# Wood for chicken



## pg77 (Aug 15, 2020)

Good morning all,  whenever I smoke a whole chicken I’ve used a hickory/cherry mix or the Traeger signature blend.  Always comes out great. Looking to try something  different this weekend. Any suggestions on what other wood or combos work good?


----------



## Chasdev (Aug 15, 2020)

Hard to beat that Traegar mix, it gives off a lovely smell as it burns..
How about any fruit wood, apple, peach etc..
Chicken picks up smoke flavor pretty easy so I go light on smoke with it.
These days I mostly use charcoal briquettes naked as the flavor profile matches my tastes.
After that is, marinating in jerk seasoning for a week (frozen)...


----------



## TNJAKE (Aug 15, 2020)

Pecan is my favorite


----------



## smokin peachey (Aug 15, 2020)

The sweet smell of apple wood is hard to beat.


----------



## BandCollector (Aug 15, 2020)

I prefer Apple but any fruit wood would do just fine.

John


----------



## chopsaw (Aug 15, 2020)

Apple for me too .


----------



## SmokinAl (Aug 15, 2020)

I’ve been using oak & hickory for years, but recently started using mesquite.
We just love it mixed in with the hickory.
Al


----------



## jcam222 (Aug 15, 2020)

smokin peachey said:


> The sweet smell of apple wood is hard to beat.
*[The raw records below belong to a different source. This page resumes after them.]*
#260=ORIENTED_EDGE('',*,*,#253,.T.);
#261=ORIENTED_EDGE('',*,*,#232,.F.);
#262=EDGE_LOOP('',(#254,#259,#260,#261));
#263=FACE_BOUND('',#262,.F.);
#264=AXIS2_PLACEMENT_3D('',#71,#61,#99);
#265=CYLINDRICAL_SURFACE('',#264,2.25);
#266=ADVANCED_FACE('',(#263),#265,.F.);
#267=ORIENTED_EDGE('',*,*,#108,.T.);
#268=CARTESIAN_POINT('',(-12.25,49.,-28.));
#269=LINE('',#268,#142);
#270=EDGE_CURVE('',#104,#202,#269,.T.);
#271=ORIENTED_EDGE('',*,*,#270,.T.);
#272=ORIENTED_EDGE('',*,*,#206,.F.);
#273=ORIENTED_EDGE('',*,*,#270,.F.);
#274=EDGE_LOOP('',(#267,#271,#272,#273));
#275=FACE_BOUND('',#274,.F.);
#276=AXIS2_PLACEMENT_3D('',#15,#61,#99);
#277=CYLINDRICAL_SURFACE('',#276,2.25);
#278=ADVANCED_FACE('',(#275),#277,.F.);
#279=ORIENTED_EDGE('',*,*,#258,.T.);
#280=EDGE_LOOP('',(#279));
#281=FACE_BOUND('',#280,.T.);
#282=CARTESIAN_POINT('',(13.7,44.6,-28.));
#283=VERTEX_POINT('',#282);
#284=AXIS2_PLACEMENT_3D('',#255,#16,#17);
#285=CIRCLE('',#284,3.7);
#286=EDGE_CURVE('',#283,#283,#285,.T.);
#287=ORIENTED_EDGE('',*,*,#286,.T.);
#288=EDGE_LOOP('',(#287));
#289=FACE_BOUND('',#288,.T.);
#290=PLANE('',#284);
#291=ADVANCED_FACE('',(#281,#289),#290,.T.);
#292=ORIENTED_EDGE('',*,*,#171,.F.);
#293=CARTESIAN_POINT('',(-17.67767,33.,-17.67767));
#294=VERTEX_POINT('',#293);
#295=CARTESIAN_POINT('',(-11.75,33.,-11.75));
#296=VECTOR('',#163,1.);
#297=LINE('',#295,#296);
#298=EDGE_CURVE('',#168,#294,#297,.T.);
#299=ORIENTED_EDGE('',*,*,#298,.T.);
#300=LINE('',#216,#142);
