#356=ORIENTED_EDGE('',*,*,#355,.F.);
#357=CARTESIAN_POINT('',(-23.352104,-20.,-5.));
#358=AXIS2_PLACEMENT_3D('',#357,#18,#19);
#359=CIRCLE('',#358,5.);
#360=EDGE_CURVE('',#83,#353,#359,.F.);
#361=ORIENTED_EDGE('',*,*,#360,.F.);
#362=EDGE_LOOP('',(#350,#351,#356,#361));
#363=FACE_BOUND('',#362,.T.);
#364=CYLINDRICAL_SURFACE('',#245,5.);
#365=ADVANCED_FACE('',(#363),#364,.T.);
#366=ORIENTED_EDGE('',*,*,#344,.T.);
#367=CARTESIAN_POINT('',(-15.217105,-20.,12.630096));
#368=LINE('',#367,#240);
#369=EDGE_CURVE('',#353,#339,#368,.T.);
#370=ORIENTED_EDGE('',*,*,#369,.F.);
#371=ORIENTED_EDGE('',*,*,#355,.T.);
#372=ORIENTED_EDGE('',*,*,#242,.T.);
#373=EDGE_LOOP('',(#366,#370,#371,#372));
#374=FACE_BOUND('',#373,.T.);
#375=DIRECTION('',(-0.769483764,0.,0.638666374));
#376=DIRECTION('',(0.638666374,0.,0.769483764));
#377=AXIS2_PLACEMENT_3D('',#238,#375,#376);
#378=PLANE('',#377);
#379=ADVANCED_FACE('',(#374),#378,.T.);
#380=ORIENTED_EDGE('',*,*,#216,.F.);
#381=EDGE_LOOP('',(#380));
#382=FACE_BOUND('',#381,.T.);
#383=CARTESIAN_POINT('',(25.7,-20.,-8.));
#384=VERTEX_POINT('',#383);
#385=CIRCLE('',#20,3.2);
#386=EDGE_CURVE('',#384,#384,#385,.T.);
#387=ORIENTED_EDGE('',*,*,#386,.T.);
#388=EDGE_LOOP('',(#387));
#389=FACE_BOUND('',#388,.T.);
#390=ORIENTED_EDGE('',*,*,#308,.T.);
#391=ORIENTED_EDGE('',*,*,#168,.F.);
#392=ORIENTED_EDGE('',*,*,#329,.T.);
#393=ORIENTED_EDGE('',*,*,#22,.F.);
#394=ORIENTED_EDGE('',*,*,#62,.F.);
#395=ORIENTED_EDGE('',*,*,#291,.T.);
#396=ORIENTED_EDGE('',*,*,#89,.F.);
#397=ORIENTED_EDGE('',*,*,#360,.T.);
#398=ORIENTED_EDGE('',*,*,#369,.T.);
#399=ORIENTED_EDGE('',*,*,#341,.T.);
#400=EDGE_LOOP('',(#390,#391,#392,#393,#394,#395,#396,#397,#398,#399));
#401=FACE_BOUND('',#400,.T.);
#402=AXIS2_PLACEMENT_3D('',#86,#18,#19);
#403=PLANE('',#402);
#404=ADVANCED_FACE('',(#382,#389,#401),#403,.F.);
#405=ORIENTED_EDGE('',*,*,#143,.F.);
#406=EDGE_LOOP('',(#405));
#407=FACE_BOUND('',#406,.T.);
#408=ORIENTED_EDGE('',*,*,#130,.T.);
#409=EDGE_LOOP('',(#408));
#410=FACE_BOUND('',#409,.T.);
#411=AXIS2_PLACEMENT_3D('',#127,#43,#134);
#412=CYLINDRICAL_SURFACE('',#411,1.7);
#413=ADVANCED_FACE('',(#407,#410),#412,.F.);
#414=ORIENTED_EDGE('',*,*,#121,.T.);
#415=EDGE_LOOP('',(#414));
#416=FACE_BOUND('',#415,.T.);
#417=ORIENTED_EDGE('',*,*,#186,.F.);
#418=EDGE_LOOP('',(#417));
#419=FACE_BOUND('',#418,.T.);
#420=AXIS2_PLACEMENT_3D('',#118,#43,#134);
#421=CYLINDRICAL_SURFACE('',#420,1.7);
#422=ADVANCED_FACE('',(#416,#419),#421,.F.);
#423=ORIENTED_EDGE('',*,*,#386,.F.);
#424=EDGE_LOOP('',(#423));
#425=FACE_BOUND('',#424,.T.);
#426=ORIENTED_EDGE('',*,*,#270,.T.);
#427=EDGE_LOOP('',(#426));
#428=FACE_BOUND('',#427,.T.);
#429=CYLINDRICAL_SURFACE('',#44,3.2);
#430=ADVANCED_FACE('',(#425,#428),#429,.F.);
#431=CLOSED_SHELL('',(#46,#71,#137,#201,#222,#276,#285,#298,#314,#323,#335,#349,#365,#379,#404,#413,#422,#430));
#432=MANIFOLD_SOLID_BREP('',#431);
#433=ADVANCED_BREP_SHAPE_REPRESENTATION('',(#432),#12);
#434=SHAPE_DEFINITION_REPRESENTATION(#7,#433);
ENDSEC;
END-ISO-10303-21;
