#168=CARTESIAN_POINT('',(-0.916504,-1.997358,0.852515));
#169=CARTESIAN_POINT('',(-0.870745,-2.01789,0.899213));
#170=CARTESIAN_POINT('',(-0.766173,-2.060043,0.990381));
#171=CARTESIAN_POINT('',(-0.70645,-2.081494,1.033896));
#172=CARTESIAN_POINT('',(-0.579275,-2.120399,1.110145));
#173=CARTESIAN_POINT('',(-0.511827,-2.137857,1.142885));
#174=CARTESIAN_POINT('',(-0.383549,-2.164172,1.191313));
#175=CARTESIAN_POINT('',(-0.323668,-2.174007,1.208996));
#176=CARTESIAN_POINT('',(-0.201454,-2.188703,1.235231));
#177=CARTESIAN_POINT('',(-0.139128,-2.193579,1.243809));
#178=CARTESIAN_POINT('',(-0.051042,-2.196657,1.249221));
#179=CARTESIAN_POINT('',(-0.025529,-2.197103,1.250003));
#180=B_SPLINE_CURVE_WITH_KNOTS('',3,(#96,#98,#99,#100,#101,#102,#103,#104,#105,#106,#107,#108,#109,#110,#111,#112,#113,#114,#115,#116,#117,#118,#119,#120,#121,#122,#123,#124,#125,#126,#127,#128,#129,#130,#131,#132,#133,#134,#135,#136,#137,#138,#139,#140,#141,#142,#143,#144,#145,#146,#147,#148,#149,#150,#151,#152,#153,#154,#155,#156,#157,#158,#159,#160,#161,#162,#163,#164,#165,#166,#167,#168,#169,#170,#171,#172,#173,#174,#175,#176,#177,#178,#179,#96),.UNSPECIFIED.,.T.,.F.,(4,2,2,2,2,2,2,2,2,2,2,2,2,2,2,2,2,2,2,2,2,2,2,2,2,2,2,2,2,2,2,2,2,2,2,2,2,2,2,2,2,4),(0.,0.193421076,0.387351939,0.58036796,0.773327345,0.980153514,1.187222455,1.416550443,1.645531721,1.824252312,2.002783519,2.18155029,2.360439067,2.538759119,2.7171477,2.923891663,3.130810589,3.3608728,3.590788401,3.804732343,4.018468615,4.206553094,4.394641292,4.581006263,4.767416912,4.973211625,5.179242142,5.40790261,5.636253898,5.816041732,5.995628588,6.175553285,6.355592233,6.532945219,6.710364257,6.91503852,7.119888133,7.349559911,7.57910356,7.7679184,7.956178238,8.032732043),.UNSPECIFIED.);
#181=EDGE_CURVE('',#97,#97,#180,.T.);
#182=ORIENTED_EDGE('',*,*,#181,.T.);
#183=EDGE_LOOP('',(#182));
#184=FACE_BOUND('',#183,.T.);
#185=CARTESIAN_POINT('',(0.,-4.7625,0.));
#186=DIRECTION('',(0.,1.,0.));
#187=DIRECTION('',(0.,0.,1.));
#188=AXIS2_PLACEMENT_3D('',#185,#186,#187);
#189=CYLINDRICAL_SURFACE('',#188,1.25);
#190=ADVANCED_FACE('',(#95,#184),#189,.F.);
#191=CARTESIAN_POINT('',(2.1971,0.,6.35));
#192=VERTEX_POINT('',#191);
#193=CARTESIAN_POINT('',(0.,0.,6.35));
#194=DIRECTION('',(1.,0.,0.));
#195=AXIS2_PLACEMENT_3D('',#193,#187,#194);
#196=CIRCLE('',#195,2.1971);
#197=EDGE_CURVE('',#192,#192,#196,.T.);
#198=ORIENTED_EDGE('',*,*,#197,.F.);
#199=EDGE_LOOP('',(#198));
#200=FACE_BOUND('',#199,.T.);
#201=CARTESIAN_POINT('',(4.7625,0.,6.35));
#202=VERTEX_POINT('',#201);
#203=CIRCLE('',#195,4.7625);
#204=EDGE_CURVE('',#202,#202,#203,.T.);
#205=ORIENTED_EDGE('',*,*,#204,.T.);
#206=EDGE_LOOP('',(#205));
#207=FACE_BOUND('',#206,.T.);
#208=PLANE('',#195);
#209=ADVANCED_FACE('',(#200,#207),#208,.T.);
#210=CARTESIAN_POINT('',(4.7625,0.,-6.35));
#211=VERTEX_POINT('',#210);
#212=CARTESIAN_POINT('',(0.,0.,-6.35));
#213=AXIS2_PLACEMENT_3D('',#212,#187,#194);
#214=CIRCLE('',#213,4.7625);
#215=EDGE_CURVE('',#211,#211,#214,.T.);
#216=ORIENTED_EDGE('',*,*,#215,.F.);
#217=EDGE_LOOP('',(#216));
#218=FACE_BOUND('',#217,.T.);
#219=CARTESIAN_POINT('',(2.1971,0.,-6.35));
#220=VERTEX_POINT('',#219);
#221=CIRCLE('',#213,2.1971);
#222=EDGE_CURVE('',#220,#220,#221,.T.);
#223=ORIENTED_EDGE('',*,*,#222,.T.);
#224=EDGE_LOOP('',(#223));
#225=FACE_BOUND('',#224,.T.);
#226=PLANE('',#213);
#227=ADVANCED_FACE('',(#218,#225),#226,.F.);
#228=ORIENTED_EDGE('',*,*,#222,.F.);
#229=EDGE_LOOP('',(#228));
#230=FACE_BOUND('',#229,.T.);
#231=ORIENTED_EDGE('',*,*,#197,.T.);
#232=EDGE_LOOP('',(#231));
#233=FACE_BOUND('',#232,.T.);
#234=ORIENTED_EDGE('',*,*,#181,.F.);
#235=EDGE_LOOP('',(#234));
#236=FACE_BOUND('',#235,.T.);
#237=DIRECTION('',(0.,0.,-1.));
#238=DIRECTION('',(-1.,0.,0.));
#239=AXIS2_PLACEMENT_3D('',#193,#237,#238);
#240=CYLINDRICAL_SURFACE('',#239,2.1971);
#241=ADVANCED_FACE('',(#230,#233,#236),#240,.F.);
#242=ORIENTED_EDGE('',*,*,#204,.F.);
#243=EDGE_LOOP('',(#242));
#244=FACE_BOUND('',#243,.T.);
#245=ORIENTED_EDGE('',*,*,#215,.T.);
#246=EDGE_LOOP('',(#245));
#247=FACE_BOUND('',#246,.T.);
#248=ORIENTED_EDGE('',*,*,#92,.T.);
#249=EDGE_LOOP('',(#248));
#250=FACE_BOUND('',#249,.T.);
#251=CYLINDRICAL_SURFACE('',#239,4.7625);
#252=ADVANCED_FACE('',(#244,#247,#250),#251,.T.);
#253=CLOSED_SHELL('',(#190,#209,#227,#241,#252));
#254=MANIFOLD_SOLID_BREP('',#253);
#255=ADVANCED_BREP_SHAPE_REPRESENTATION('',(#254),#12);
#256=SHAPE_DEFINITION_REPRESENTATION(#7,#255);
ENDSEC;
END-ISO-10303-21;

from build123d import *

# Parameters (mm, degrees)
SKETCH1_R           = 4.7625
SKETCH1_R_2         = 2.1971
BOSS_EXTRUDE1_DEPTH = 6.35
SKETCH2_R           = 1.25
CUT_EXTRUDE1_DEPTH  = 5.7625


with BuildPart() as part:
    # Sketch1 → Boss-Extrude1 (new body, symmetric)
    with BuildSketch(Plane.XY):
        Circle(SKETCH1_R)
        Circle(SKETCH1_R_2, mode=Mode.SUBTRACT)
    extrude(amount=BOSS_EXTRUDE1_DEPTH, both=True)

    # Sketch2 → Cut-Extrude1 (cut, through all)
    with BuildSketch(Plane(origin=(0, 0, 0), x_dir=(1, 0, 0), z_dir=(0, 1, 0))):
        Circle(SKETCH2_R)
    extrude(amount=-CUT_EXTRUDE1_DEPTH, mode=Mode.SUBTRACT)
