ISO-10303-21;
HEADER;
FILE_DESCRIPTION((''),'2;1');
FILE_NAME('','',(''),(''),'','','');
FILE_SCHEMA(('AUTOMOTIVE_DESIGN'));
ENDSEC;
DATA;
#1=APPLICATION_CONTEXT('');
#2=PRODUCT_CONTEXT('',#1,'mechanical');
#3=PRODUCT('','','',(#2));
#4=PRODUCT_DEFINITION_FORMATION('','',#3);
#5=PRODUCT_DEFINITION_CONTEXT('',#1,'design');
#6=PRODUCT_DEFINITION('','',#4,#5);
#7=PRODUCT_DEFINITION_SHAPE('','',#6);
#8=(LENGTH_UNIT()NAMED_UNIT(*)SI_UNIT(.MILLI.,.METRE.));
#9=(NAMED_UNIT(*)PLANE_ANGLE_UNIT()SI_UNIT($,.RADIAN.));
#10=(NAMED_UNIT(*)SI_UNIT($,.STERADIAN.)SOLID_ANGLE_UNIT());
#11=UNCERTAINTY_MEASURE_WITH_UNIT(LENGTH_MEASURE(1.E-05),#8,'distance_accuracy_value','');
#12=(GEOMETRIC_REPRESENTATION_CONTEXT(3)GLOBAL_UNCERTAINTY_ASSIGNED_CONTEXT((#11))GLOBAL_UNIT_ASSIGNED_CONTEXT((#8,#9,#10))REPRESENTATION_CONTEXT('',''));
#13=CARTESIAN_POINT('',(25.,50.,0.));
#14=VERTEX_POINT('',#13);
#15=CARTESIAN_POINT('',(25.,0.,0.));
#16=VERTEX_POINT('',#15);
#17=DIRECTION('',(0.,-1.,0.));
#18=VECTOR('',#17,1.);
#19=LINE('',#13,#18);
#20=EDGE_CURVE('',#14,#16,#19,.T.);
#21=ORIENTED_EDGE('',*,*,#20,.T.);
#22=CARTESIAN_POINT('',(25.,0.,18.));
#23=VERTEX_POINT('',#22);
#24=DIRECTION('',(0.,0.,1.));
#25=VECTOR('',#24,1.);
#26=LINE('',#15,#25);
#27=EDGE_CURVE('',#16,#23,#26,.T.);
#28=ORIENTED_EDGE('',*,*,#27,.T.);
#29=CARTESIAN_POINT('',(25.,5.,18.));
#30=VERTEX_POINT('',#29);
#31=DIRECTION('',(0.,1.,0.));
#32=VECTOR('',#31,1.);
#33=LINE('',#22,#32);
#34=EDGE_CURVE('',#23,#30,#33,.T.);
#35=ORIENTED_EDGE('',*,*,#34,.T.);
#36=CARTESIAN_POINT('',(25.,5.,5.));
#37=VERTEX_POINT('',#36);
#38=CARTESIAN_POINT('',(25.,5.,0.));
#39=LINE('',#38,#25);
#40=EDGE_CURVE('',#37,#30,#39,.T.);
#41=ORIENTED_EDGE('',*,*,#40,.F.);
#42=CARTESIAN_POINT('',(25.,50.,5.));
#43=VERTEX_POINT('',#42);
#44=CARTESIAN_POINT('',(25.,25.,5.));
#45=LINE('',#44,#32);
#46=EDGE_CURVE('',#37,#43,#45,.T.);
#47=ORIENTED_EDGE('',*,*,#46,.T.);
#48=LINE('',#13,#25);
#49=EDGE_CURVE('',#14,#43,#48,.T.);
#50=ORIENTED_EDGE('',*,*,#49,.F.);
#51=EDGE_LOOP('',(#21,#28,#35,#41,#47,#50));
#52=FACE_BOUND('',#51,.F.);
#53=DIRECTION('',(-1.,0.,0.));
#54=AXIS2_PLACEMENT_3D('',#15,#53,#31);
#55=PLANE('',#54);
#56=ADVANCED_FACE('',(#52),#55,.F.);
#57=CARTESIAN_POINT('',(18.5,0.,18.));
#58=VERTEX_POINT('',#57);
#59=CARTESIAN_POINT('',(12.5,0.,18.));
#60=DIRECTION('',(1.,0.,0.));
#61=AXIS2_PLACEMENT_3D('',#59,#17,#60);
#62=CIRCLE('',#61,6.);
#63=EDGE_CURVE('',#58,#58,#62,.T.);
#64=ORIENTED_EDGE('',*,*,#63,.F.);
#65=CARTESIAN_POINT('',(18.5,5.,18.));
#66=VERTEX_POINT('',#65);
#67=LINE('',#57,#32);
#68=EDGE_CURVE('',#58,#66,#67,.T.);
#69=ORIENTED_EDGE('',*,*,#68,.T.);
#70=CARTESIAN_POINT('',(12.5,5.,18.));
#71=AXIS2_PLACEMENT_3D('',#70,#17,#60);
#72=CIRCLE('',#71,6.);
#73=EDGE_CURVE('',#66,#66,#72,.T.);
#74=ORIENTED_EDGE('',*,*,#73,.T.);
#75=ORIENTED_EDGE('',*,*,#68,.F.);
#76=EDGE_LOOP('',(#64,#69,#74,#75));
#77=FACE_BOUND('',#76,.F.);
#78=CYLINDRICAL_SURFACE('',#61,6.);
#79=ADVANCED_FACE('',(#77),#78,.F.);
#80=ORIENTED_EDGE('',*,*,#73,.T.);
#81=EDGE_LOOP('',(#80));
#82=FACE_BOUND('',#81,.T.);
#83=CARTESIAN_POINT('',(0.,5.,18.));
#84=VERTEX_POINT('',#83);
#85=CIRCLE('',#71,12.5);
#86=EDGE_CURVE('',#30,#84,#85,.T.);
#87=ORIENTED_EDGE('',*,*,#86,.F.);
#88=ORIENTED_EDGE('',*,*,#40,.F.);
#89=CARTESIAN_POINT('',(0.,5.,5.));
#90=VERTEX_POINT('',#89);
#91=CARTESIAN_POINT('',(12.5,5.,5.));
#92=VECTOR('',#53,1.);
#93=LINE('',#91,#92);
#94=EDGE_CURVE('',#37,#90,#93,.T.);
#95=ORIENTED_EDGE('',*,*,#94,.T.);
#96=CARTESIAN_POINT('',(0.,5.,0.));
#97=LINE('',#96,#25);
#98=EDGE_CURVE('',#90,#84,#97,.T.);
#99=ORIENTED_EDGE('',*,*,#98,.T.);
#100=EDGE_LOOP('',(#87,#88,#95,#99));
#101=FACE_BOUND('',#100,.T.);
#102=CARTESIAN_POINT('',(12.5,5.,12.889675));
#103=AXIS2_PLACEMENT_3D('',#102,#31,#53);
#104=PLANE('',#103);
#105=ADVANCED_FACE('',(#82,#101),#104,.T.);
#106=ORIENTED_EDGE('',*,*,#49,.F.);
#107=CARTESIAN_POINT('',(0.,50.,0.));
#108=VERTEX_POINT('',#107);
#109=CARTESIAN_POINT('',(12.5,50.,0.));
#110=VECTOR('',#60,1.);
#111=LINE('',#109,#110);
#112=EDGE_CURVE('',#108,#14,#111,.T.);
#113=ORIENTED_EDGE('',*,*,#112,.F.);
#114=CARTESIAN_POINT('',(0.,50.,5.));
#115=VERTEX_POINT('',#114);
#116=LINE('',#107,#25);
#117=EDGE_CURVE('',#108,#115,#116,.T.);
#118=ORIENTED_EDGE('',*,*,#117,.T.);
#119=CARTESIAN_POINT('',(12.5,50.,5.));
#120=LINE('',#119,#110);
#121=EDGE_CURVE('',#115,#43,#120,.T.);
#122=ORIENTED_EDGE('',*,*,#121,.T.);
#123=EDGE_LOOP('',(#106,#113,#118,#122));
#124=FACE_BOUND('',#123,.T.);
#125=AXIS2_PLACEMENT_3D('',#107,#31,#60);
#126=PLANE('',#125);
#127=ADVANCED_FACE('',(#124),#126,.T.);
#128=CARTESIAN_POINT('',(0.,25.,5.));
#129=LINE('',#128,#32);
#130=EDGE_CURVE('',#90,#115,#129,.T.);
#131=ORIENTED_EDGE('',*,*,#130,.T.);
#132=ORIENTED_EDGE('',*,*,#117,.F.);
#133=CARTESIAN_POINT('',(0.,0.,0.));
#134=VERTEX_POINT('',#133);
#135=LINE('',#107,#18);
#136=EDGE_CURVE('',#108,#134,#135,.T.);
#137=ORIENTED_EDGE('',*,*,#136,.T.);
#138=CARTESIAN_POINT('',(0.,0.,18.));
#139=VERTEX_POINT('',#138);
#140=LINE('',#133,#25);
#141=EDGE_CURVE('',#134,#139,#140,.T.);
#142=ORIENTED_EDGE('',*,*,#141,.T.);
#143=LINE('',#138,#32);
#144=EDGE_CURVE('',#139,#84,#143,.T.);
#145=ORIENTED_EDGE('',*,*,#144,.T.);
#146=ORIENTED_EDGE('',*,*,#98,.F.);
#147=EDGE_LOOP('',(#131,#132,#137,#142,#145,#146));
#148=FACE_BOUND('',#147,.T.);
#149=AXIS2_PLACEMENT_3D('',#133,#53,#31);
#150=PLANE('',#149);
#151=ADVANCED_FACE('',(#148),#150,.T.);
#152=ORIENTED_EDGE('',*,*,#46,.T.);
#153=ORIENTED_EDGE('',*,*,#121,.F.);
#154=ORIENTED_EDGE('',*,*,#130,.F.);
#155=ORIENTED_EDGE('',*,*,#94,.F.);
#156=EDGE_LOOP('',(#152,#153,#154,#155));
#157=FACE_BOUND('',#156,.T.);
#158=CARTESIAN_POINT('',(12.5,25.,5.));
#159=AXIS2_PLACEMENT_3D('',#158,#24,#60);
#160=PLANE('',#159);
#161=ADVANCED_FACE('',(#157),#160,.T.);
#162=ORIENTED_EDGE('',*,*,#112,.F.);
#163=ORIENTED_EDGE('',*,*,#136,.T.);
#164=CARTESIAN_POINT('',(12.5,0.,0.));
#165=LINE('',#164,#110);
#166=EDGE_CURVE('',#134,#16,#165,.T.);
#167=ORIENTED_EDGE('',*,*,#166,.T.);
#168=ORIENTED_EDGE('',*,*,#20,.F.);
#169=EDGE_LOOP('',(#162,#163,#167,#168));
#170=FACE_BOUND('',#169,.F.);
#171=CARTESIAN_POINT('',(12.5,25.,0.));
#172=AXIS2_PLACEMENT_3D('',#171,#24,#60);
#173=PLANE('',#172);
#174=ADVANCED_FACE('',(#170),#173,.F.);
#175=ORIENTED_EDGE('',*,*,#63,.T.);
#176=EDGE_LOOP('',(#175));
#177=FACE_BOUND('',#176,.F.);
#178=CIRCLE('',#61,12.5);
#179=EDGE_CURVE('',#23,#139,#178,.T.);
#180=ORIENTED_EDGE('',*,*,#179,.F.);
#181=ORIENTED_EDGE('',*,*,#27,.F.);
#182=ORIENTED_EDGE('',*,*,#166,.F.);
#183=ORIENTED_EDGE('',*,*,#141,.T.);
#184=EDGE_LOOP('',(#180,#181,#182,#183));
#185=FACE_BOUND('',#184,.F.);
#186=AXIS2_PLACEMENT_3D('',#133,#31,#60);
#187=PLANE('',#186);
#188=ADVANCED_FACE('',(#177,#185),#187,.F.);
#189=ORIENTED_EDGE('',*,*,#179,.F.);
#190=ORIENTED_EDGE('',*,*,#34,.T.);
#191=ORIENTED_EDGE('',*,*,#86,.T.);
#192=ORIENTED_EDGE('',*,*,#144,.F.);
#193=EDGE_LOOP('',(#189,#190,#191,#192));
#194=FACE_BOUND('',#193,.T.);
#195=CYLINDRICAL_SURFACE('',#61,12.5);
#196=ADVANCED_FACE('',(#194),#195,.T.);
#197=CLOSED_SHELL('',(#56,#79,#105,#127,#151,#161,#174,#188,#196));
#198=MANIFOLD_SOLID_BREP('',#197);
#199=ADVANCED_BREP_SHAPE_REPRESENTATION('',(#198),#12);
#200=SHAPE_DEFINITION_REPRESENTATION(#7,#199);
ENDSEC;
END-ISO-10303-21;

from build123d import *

# Parameters (mm, degrees)
SKETCH_W     = 25
SKETCH_H     = 50
PAD_DEPTH    = 5
SKETCH001_R  = 6
PAD001_DEPTH = 5


with BuildPart() as part:
    # Sketch → Pad (new body)
    with BuildSketch(Plane.XY):
        with Locations((12.5, 25)):
            Rectangle(SKETCH_W, SKETCH_H)
    extrude(amount=PAD_DEPTH)

    # Sketch001 (on Face1 of Pad) → Pad001 (join)
    with BuildSketch(Plane.XZ):
        with BuildLine():
            Line((0, 0), (0, 18))
            ThreePointArc((25, 18), (12.5, 30.5), (0, 18))
            Line((25, 0), (25, 18))
            Line((0, 0), (25, 0))
        make_face()
        with Locations((12.5, 18)):
            Circle(SKETCH001_R, mode=Mode.SUBTRACT)
    extrude(amount=-PAD001_DEPTH)


solid = part.part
I am all about apple wood for chicken too. I usually use Apple and mix in a chunk or two of cherry for color.


----------



## smokin peachey (Aug 15, 2020)

jcam222 said:


> I am all about apple wood for chicken too. I usually use Apple and mix in a chunk or two of cherry for color.


If you need more Apple stop in I have  lots of extra. I’m sure there is an orchard closer but if you are up for a road trip let me know.


----------



## chilerelleno (Aug 15, 2020)

Hickory/cherry is a favorite here too, but I also like hickory/mesquite.
Or any fruit wood alone or in combo, apple and cherry are the woods I keep ready.
Don't care for oak with fowl, and my family doesn't like pecan at all.


----------



## daspyknows (Aug 15, 2020)

I like maple with apple or cherry.  I can only get maple chunks so once the new offset arrives I will get back to experimenting.


----------



## smokin peachey (Aug 15, 2020)

daspyknows said:


> I like maple with apple or cherry.  I can only get maple chunks so once the new offset arrives I will get back to experimenting.


How many hour until it arrives? I figured you have an offset countdown going!


----------



## cansmoke (Aug 15, 2020)

Hickory or maple or Jack Daniels wood chips or some combo of these


----------



## pg77 (Aug 16, 2020)

Thanks for all the input guys. Just put them in the smoker. Going with Apple pellets


----------



## daspyknows (Aug 16, 2020)

Brining two birds now for smoking in a few hours.  Going to spatchcock and smoke over maple and apple.


----------



## pg77 (Aug 16, 2020)

Sounds good. I get these at Costco. No need to brine these, come out moist and juicy every time.


----------



## daspyknows (Aug 16, 2020)

smokin peachey said:


> How many hour until it arrives? I figured you have an offset countdown going!




Scheduled to ship late this week.  Using the Weber until then.


----------